[Records from a dataset]
= Beginning of Section =
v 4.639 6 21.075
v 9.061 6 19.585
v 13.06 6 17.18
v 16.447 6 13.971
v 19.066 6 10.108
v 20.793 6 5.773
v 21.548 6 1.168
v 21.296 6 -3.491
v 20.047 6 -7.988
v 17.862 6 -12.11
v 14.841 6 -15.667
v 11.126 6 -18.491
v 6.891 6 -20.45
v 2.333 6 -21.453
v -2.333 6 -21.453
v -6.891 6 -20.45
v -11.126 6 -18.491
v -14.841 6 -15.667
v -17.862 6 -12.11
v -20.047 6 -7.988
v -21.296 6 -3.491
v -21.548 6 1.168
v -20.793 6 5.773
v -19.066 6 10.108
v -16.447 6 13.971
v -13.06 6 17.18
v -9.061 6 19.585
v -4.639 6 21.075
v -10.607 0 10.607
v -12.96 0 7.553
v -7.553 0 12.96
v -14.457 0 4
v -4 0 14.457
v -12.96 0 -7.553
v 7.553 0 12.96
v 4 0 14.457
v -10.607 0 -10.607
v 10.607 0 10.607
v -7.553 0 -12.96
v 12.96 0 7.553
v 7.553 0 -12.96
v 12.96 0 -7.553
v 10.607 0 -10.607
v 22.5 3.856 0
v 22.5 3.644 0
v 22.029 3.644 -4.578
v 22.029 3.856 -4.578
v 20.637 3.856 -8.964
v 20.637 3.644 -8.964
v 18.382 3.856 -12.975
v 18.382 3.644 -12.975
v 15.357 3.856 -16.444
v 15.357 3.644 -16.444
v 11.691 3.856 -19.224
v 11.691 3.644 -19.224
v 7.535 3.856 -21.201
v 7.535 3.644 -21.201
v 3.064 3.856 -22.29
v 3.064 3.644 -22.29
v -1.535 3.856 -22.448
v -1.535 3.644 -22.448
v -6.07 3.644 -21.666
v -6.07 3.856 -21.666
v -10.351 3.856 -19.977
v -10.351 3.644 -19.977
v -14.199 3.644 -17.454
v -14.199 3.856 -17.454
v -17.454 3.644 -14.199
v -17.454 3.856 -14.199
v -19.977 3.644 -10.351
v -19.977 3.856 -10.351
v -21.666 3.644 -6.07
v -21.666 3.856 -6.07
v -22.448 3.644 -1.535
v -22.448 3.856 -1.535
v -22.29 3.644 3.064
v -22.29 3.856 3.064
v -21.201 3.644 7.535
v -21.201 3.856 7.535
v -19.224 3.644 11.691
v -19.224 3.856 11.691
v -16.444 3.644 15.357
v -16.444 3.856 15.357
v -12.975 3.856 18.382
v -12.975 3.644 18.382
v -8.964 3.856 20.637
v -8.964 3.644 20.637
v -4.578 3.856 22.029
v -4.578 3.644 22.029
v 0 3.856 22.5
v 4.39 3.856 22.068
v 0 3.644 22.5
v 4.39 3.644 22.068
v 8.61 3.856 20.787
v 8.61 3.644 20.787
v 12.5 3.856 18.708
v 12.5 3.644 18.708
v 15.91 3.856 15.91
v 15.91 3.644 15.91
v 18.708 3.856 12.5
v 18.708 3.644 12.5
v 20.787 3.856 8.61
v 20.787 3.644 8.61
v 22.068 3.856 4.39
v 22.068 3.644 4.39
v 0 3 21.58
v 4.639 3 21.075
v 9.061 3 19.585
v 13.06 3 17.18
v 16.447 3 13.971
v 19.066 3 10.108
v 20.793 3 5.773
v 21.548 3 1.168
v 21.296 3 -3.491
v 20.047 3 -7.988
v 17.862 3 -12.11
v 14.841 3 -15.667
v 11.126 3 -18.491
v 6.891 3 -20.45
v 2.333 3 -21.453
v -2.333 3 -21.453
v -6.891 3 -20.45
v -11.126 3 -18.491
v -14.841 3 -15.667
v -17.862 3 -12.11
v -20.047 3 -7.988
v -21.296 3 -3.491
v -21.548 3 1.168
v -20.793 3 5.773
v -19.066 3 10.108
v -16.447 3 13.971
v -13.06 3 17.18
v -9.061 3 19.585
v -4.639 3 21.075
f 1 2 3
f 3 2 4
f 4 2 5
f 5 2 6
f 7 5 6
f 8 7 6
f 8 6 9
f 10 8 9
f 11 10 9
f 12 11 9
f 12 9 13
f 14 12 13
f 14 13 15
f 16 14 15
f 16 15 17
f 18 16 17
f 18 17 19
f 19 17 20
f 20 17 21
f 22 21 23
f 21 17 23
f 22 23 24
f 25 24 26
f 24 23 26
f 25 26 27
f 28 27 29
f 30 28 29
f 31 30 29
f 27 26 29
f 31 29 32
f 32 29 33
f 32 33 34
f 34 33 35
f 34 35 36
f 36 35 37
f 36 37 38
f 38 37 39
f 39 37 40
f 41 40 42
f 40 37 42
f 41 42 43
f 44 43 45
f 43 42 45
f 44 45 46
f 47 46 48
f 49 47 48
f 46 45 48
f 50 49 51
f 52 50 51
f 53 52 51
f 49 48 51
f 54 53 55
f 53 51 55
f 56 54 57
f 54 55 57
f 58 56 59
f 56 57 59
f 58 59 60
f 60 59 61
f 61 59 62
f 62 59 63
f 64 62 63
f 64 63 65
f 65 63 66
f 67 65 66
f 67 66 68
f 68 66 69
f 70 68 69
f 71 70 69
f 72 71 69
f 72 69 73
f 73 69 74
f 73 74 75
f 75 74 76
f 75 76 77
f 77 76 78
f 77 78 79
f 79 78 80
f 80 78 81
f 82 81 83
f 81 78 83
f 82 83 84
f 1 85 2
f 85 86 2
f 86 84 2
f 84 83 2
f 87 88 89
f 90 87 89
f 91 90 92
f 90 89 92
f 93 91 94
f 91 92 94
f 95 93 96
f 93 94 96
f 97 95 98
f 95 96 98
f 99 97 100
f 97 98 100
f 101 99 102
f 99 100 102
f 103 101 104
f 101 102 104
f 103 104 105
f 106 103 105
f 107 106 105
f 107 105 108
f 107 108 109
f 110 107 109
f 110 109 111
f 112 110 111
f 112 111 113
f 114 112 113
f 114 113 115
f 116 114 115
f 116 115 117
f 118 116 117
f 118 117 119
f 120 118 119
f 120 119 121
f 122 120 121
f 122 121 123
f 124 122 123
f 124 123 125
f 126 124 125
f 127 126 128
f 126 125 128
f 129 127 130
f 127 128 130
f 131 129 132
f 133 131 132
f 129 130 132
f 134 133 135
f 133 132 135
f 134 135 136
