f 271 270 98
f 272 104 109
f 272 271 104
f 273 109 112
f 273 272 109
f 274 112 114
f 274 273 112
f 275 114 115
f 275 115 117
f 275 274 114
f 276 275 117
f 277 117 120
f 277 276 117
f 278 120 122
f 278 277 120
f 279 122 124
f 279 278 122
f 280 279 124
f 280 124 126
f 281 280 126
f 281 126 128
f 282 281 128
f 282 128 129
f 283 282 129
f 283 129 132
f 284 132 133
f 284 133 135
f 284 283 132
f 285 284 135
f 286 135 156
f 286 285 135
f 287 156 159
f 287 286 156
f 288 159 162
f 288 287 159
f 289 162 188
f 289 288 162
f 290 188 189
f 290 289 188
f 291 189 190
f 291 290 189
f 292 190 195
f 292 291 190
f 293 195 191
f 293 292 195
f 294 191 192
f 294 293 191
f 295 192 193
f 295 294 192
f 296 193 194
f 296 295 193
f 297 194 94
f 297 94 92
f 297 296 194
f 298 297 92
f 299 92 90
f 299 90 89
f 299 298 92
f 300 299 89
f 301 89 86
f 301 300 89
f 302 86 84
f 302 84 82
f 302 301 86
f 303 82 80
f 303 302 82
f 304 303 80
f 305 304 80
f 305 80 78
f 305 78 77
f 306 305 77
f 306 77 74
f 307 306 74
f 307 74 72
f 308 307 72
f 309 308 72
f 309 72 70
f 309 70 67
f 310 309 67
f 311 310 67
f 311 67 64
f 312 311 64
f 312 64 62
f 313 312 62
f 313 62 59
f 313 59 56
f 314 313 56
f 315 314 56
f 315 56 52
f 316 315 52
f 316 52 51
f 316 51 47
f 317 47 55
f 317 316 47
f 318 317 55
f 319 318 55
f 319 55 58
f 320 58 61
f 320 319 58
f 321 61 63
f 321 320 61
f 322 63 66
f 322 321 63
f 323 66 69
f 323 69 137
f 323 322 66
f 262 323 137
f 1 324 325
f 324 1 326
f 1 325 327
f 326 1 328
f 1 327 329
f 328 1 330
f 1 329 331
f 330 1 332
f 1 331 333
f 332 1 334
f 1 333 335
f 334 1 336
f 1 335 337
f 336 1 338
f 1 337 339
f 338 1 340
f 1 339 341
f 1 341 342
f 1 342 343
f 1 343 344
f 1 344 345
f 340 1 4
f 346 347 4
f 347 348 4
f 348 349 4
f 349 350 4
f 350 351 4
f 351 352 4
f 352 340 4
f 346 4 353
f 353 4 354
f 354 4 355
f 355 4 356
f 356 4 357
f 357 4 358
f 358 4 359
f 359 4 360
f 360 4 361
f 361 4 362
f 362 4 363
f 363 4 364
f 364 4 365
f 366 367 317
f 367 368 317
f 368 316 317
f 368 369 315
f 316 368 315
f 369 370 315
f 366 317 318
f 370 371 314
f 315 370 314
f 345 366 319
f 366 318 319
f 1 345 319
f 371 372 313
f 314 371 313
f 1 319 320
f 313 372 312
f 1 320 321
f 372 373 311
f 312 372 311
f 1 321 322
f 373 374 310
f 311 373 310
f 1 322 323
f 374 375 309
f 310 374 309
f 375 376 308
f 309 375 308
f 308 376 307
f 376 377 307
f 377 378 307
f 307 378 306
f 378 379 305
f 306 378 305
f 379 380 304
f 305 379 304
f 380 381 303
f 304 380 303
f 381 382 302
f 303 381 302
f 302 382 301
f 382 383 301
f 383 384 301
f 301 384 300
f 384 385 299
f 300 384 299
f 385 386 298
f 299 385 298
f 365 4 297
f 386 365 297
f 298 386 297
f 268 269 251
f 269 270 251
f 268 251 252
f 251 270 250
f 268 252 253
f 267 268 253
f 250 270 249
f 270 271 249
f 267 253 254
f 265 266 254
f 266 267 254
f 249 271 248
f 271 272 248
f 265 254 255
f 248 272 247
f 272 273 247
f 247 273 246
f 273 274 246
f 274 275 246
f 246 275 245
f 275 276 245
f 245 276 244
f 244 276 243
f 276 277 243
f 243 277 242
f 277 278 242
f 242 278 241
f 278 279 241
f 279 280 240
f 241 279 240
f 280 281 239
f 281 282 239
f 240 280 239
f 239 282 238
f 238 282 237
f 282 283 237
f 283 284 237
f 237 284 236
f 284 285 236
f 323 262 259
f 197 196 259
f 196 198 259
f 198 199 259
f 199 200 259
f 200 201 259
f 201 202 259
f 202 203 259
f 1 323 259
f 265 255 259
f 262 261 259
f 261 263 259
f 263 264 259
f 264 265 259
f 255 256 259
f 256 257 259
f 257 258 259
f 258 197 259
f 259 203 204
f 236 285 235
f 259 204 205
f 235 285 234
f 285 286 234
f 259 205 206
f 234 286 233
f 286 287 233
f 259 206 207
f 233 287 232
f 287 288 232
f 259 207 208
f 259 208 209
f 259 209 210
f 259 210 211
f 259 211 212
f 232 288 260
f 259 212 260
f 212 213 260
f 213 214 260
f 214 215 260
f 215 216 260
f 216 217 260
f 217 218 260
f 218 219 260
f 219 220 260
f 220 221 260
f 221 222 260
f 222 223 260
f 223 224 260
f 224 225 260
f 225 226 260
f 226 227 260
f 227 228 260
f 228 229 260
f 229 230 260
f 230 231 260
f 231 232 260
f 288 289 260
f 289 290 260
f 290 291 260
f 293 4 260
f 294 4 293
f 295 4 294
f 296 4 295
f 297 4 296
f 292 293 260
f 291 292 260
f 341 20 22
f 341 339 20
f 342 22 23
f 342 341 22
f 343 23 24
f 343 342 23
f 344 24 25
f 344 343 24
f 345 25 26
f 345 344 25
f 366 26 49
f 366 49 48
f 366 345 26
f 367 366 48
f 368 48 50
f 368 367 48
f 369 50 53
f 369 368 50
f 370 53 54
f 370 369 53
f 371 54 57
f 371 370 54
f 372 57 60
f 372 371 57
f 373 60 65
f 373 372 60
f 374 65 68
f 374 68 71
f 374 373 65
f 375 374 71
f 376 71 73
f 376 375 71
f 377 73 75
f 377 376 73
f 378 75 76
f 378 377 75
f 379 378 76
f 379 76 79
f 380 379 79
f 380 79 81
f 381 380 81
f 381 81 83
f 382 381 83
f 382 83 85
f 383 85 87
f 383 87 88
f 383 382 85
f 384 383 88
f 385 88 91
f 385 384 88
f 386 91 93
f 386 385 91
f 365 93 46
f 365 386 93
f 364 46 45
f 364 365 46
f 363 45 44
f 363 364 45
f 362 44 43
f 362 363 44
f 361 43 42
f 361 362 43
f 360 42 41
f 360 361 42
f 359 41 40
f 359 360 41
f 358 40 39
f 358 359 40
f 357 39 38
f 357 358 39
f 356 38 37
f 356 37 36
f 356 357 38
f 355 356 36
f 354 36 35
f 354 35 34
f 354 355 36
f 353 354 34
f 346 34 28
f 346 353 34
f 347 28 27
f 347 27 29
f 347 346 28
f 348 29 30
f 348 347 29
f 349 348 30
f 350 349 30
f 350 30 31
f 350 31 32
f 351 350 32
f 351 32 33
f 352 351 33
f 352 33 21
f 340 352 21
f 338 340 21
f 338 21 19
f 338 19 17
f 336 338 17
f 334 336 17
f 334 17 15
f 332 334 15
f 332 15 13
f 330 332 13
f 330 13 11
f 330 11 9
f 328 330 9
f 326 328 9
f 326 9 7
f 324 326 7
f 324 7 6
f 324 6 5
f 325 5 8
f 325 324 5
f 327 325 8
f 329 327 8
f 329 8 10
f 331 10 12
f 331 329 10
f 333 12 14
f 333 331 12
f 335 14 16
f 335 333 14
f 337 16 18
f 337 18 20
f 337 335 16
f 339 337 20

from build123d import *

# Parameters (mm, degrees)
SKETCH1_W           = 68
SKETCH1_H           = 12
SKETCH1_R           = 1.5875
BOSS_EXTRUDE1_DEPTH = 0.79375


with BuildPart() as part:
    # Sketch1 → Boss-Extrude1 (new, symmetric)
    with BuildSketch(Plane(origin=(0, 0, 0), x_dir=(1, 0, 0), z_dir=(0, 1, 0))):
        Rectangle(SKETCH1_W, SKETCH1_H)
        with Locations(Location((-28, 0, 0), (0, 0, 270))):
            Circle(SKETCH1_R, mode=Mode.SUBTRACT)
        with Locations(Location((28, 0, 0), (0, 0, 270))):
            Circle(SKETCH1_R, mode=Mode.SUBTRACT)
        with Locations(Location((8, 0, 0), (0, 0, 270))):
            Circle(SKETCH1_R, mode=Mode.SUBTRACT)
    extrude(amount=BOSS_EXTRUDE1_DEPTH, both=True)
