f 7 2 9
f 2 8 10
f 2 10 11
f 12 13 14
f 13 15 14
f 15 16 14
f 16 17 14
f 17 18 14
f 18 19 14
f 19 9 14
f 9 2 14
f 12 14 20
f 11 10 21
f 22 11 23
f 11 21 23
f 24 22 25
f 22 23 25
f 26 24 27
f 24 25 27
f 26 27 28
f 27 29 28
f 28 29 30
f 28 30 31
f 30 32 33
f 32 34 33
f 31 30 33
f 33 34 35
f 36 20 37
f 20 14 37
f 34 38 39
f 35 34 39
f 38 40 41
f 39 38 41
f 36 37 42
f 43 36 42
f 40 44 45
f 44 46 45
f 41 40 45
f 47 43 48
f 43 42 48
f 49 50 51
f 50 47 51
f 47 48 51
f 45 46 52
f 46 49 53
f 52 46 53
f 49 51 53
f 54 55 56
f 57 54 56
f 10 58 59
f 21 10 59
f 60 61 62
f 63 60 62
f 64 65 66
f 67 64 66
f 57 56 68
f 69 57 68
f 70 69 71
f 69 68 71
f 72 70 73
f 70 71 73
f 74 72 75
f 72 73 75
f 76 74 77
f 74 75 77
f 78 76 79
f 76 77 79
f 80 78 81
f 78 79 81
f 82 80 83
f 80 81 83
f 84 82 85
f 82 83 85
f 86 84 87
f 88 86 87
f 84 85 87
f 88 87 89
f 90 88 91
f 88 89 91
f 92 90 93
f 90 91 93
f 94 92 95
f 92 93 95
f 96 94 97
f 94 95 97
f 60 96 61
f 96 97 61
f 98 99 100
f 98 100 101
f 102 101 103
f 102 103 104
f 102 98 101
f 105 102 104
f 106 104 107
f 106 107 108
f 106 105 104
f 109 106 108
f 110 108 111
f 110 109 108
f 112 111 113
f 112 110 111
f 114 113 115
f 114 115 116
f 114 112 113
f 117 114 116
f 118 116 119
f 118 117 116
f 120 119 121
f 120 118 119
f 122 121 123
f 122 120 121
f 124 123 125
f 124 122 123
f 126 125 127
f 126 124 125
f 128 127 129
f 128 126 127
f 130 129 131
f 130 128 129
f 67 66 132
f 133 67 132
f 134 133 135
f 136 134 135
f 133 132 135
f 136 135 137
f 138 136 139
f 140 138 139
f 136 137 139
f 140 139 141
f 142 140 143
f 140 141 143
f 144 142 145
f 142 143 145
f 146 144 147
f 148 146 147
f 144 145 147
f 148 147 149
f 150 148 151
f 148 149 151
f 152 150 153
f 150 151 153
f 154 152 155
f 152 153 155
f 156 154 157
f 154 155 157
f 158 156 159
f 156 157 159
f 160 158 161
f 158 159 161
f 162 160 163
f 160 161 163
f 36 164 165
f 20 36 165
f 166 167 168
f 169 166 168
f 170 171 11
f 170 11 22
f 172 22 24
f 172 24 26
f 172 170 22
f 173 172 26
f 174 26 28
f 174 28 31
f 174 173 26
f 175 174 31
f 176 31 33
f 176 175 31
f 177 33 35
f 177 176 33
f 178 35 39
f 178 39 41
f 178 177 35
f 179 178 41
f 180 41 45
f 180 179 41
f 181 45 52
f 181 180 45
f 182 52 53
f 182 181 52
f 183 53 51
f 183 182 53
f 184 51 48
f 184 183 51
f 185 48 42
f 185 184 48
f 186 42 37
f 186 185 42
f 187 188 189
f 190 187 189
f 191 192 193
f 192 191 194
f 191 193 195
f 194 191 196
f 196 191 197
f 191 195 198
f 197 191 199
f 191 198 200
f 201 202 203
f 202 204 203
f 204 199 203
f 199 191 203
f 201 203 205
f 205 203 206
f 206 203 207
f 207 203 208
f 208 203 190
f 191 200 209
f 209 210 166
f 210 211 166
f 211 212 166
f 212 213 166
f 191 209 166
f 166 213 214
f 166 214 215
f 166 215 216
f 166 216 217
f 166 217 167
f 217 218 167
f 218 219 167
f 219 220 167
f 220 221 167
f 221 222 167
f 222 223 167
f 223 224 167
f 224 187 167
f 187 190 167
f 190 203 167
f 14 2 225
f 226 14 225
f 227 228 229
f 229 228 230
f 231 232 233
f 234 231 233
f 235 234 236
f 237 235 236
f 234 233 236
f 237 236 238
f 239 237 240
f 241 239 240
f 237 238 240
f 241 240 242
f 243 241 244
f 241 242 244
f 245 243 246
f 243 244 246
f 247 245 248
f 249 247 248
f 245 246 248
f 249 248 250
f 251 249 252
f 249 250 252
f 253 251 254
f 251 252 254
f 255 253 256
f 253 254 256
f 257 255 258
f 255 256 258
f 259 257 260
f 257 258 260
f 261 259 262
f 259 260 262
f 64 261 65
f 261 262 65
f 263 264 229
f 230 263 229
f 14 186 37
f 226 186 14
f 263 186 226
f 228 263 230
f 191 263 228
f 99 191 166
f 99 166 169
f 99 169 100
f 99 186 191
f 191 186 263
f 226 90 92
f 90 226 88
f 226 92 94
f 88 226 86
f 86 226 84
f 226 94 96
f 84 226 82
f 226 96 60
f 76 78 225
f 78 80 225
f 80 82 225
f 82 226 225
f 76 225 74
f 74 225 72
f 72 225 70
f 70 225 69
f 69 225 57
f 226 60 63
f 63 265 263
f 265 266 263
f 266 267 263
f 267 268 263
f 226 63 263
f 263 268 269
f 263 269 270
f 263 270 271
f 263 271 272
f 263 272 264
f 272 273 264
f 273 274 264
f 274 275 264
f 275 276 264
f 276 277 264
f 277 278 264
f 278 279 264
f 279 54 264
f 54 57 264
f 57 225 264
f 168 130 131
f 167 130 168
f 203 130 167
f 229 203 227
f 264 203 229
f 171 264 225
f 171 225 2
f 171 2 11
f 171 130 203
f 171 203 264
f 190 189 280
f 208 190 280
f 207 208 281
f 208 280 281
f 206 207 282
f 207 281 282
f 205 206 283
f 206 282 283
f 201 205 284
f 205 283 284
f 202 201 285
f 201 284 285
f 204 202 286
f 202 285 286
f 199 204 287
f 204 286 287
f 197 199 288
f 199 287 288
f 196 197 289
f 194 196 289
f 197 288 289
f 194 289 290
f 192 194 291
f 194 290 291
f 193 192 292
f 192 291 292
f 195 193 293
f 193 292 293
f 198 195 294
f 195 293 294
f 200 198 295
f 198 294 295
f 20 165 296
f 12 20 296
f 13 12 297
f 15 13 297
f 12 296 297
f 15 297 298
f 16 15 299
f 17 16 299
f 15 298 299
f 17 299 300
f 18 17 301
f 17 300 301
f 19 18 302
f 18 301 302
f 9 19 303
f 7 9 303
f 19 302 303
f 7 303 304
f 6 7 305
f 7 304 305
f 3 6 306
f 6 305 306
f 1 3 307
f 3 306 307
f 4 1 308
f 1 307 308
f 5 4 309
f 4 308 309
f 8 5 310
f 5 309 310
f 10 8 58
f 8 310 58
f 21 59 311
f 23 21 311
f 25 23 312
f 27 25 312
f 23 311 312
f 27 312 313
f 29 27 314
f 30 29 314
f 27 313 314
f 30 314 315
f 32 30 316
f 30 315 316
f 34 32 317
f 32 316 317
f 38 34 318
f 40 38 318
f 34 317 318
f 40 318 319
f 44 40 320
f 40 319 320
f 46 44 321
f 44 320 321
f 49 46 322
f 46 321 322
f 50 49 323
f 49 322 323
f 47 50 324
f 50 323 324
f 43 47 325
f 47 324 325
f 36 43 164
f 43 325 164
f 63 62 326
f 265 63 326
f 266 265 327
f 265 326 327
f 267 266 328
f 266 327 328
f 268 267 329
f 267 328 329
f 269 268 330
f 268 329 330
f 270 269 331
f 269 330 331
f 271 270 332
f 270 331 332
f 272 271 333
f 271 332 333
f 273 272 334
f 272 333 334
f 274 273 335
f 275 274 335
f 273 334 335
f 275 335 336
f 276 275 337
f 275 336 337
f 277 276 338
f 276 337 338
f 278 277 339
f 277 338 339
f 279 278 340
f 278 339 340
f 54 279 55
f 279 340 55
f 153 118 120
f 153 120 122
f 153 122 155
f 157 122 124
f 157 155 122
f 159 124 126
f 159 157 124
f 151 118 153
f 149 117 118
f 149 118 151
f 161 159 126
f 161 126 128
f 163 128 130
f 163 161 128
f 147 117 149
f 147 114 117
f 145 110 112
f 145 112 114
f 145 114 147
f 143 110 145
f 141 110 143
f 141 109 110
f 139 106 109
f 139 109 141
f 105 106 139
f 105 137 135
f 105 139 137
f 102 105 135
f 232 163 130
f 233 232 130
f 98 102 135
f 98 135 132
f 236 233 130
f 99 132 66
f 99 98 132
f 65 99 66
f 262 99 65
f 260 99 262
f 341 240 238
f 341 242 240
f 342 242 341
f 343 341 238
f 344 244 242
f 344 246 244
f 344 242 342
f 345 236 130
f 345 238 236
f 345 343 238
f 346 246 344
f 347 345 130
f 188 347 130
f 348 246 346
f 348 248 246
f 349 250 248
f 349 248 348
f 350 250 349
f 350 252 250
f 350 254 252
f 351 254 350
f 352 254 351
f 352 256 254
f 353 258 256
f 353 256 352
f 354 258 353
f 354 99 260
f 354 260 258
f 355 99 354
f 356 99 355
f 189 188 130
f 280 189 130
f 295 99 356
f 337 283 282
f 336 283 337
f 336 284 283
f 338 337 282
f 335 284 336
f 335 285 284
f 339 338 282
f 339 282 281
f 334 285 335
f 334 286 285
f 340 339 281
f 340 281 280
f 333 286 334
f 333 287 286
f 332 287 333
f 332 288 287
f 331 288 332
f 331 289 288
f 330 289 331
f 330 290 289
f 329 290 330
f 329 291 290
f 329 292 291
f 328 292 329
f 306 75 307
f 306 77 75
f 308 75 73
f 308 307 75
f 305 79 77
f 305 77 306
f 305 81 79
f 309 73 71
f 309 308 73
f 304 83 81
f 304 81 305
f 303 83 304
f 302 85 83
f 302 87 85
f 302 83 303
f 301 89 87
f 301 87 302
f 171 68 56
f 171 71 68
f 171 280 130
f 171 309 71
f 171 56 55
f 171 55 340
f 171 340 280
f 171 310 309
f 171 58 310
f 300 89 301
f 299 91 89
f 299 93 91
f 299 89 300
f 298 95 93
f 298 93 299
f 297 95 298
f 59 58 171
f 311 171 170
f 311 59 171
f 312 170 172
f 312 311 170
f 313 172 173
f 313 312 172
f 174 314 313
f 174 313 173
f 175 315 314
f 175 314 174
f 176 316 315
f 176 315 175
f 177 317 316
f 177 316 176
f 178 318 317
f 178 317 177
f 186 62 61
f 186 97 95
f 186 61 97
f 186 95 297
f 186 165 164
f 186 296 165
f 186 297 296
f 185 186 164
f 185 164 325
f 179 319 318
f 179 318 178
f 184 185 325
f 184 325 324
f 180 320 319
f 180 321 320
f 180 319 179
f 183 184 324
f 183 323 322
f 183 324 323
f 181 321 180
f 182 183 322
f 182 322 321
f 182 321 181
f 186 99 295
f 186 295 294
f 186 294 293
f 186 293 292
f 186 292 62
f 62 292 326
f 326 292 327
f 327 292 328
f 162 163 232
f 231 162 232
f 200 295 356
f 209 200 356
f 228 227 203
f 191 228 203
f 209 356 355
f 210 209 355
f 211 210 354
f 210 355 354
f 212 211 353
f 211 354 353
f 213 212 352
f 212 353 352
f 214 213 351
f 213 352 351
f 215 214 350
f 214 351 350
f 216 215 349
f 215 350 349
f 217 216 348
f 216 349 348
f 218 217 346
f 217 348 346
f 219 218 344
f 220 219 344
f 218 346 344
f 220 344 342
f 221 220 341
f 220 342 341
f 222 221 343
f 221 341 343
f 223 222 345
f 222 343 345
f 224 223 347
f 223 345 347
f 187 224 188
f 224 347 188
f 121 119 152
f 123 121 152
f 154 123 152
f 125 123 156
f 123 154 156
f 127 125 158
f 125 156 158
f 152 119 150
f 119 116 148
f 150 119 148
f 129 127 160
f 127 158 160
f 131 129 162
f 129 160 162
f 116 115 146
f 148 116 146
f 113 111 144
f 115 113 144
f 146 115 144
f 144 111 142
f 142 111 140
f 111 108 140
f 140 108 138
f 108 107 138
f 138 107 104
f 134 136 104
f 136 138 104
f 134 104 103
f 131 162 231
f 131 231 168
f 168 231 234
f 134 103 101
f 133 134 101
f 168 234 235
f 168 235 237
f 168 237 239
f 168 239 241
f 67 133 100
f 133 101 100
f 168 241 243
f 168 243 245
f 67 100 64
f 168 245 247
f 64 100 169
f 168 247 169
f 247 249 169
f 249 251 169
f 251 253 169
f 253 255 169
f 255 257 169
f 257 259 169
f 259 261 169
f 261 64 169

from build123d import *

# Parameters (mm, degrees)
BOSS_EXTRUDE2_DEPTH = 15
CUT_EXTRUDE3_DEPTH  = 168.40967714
= End of Section =
#### Task description:
Stopping at the line containing "v 2.333 6 -21.453", please repeat exactly every line from the very start of the entries, that line included, and nothing more.

#### Exercise result:
v 4.639 6 21.075
v 9.061 6 19.585
v 13.06 6 17.18
v 16.447 6 13.971
v 19.066 6 10.108
v 20.793 6 5.773
v 21.548 6 1.168
v 21.296 6 -3.491
v 20.047 6 -7.988
v 17.862 6 -12.11
v 14.841 6 -15.667
v 11.126 6 -18.491
v 6.891 6 -20.45
v 2.333 6 -21.453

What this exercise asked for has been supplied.